• Extracted information:
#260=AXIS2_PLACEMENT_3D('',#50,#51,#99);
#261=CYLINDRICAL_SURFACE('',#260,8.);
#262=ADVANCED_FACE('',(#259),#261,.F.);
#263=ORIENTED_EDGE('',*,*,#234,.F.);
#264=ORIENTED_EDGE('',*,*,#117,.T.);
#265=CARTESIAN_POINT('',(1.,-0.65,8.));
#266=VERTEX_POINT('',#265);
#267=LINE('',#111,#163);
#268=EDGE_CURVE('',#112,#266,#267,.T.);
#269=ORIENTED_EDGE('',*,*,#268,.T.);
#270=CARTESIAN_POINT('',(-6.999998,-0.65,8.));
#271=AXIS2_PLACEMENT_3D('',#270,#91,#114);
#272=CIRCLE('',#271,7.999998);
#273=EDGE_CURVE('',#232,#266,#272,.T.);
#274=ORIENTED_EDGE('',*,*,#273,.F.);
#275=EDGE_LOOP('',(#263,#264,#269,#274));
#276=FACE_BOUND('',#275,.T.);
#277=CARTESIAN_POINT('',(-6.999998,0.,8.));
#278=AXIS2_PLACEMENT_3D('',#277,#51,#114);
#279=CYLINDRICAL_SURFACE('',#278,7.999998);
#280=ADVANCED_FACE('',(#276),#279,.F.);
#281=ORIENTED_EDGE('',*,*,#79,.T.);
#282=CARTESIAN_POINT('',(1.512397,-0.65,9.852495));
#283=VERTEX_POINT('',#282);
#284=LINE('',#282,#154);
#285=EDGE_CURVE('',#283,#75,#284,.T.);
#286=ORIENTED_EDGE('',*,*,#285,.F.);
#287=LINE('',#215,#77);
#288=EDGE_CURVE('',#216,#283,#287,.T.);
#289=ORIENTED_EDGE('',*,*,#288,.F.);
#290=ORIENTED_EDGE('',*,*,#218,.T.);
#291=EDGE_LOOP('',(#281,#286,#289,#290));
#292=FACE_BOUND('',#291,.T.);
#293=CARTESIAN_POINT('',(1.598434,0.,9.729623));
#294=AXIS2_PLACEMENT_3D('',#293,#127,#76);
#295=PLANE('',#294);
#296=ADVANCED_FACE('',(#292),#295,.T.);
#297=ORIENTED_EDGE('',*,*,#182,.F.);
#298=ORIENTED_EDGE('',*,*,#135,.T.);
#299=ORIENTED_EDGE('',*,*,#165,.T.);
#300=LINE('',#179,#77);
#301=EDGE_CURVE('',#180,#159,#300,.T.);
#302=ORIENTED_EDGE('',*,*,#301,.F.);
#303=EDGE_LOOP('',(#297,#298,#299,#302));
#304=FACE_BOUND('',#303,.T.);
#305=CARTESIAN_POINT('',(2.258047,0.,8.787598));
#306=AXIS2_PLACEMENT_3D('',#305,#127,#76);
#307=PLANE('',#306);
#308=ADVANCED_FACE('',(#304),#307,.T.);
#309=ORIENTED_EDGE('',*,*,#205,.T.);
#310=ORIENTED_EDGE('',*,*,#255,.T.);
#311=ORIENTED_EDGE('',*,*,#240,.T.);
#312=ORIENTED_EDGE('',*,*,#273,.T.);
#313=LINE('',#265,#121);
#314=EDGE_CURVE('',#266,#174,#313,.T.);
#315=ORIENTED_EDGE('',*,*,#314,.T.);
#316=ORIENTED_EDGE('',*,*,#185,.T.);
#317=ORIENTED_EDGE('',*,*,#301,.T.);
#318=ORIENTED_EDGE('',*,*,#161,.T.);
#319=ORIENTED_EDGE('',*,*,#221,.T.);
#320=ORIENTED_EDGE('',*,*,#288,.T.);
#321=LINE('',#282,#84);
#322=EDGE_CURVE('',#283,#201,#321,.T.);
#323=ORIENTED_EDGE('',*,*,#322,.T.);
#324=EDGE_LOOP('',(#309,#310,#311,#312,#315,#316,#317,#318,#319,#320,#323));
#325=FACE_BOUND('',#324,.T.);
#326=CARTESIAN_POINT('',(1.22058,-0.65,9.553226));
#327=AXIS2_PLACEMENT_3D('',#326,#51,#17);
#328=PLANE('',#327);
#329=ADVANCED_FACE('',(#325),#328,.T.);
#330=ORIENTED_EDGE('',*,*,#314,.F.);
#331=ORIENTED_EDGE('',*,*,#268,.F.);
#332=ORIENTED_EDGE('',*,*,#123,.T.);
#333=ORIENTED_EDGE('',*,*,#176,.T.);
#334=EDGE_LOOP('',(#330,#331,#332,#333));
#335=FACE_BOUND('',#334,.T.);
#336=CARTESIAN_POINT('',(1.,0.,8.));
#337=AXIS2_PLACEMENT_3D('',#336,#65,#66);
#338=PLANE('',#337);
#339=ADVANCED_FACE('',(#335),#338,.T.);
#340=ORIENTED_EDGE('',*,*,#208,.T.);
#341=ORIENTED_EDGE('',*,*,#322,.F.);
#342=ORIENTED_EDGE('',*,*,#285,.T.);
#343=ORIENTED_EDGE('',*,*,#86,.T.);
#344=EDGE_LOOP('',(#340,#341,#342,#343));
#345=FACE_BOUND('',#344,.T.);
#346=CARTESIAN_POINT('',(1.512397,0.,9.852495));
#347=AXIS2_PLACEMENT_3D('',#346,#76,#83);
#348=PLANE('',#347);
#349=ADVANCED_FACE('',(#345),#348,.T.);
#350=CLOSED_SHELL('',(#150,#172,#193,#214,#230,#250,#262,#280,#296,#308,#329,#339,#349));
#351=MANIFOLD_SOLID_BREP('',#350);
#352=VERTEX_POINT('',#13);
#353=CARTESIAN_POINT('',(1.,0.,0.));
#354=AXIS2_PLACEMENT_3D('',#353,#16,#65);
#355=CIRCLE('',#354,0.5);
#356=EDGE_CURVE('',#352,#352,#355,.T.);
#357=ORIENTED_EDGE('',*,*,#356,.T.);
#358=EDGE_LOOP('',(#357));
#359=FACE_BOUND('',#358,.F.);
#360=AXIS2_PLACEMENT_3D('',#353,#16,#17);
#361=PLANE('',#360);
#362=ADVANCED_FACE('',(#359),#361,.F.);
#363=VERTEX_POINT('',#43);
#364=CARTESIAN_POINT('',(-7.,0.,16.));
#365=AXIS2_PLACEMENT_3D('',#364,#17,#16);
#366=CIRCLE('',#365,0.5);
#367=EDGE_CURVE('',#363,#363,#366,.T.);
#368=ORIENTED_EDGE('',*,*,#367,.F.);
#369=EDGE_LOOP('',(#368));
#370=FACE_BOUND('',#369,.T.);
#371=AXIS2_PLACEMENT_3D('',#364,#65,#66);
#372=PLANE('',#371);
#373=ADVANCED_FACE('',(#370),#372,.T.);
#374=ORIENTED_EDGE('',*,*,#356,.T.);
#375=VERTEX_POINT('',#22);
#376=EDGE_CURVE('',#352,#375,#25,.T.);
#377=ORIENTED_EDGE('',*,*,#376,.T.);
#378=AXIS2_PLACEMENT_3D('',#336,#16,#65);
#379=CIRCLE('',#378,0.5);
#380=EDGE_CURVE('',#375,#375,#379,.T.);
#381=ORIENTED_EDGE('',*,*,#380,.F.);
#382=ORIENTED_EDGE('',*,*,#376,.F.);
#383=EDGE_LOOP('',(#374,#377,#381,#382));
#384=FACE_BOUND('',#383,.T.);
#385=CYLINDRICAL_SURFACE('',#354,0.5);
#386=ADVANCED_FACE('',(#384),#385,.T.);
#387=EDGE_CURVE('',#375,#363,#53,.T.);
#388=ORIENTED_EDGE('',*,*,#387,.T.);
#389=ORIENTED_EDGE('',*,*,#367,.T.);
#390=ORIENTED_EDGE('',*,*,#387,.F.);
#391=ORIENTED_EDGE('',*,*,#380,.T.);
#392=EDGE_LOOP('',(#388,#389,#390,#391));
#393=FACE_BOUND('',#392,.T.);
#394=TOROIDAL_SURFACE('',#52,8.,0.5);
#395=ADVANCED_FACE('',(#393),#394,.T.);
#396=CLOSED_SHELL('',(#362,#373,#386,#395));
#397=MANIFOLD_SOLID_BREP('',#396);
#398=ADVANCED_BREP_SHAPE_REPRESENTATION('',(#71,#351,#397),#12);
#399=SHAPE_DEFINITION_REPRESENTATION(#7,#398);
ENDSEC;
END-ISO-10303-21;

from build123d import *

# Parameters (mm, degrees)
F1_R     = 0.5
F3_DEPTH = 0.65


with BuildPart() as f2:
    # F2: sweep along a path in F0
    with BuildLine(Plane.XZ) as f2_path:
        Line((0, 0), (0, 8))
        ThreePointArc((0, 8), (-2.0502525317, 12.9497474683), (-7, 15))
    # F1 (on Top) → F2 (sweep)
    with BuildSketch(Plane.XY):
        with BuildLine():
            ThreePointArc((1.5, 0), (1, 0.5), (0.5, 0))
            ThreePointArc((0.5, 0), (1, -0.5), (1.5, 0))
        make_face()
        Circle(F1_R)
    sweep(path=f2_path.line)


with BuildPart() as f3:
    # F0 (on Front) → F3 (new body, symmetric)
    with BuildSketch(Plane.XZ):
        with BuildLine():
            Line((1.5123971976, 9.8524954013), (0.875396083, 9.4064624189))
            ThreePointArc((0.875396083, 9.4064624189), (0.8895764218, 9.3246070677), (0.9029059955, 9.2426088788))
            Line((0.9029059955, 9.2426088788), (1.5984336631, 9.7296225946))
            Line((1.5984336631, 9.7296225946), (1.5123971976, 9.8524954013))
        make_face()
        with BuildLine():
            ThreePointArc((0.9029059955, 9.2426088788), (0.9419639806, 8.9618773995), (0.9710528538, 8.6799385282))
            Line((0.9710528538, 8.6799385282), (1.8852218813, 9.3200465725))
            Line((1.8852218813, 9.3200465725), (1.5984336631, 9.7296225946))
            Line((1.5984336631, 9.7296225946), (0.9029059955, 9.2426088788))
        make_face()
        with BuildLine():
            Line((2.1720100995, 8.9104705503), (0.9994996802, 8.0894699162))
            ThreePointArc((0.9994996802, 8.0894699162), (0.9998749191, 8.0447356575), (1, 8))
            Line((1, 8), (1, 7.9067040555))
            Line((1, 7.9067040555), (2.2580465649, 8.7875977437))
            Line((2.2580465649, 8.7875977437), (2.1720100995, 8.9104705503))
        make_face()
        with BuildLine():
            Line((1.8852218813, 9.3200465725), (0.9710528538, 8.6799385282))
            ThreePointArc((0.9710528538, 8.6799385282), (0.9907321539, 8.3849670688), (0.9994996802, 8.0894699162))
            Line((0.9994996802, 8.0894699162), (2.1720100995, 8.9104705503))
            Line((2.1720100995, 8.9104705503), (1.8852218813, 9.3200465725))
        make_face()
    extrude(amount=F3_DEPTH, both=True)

• What the task asks:
There is a line with "#281=ORIENTED_EDGE('',*,*,#79,.T.);" and a line with "#295=PLANE('',#294);" above. Copy exactly those two lines and all lines between them, with nothing else.

• Response below:
#281=ORIENTED_EDGE('',*,*,#79,.T.);
#282=CARTESIAN_POINT('',(1.512397,-0.65,9.852495));
#283=VERTEX_POINT('',#282);
#284=LINE('',#282,#154);
#285=EDGE_CURVE('',#283,#75,#284,.T.);
#286=ORIENTED_EDGE('',*,*,#285,.F.);
#287=LINE('',#215,#77);
#288=EDGE_CURVE('',#216,#283,#287,.T.);
#289=ORIENTED_EDGE('',*,*,#288,.F.);
#290=ORIENTED_EDGE('',*,*,#218,.T.);
#291=EDGE_LOOP('',(#281,#286,#289,#290));
#292=FACE_BOUND('',#291,.T.);
#293=CARTESIAN_POINT('',(1.598434,0.,9.729623));
#294=AXIS2_PLACEMENT_3D('',#293,#127,#76);
#295=PLANE('',#294);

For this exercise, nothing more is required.